Is Bob's gun and tackle still in Hastings. I spent a lot of money there over the years. Never cared for DNR Sports Center


----------



## TK81 (Mar 28, 2009)

Scout 2 said:


> Is Bob's gun and tackle still in Hastings. I spent a lot of money there over the years. Never cared for DNR Sports Center


Yep. Good stuff at a reasonable price. No bargain corner deals, but the Hayes family is good people. I live over an hour away now, but stop in when I am in the area.


----------



## Scout 2 (Dec 31, 2004)

TK81 said:


> Yep. Good stuff at a reasonable price. No bargain corner deals, but the Hayes family is good people. I live over an hour away now, but stop in when I am in the area.


They use to have a clearance auction in the fall and you could get some really good buys at that. I use to buy a lot of stuff in there. Inlaws lived in Middleville so I had a good excuse to go there


----------



## Sasquatch Lives (May 23, 2011)

Ranger Ray said:


> I have bought a lot of Cabelas brand clothing. Stuff like MT50 and the likes. Awesome clothing, and some of the best I have owned for the price. Which, is always "sale price." I will continue to buy such items as long as they make them. But with my last MT50 purchase going on 15 years of use, and still going strong, I don't expect to be purchasing a lot. I have a feeling BP brand will slowly erode Cabelas brand. That would be a shame.

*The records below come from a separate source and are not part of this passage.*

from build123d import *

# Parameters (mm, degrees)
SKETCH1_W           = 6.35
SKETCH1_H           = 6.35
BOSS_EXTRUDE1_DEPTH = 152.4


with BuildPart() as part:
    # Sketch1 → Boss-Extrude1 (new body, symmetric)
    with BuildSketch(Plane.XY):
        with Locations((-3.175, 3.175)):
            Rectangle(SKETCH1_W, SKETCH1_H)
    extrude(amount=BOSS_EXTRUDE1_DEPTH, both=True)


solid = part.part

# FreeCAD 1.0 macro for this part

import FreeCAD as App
import Part
import Sketcher
Q = App.Units.Quantity


def add_polygon(sketch, points):
    """Adds a closed chain of lines whose ends are joined by coincident constraints."""
    first, n = sketch.GeometryCount, len(points)
    for a, b in zip(points, points[1:] + points[:1]):
        sketch.addGeometry(Part.LineSegment(App.Vector(*a, 0), App.Vector(*b, 0)), False)
    for i in range(n):
        sketch.addConstraint(Sketcher.Constraint("Coincident", first + i, 2, first + (i + 1) % n, 1))

doc = App.newDocument("Part")
body = doc.addObject("PartDesign::Body", "Body")

sketch1 = body.newObject("Sketcher::SketchObject", "Sketch")
sketch1.AttachmentSupport = (doc.getObject("XY_Plane"), [""])
sketch1.MapMode = "FlatFace"
add_polygon(sketch1, [(-6, 6), (-6, 0), (0, 0), (0, 6)])
sketch1.addConstraint([
    Sketcher.Constraint("Vertical", 0),
    Sketcher.Constraint("Horizontal", 1),
    Sketcher.Constraint("Vertical", 2),
    Sketcher.Constraint("Horizontal", 3),
    Sketcher.Constraint("Coincident", 1, 2, -1, 1),
    Sketcher.Constraint("Equal", 3, 0),
    Sketcher.Constraint("DistanceX", 1, 1, 1, 2, Q("0.25 in")),
])
pad1 = body.newObject("PartDesign::Pad", "Pad")
pad1.Profile = sketch1
pad1.Length = Q("12 in")
pad1.Midplane = True

doc.recompute()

They already are. The store in Saginaw already has very few Cabela's brand hunting clothes and a lot of redhead garbage already taking up shelf space.


----------



## DirtySteve (Apr 9, 2006)

ESOX said:


> No. ****mano bought Loomis in '97. Well into the 2000's BPS' policy was lifetime warranty, exchange in the store on any Loomis rod bought at BPS. Loomis didnt change their policy, BPS did.


G Loomis changed alot of conditions in their warranty in 2010. They eliminated the warranty for discontinued models as well as they hiked the expedite service expense from $50-100 per rod. they limited the service to 1 time per rod. 

I would bet they also changed whatever deal they had with bass pro at the same time.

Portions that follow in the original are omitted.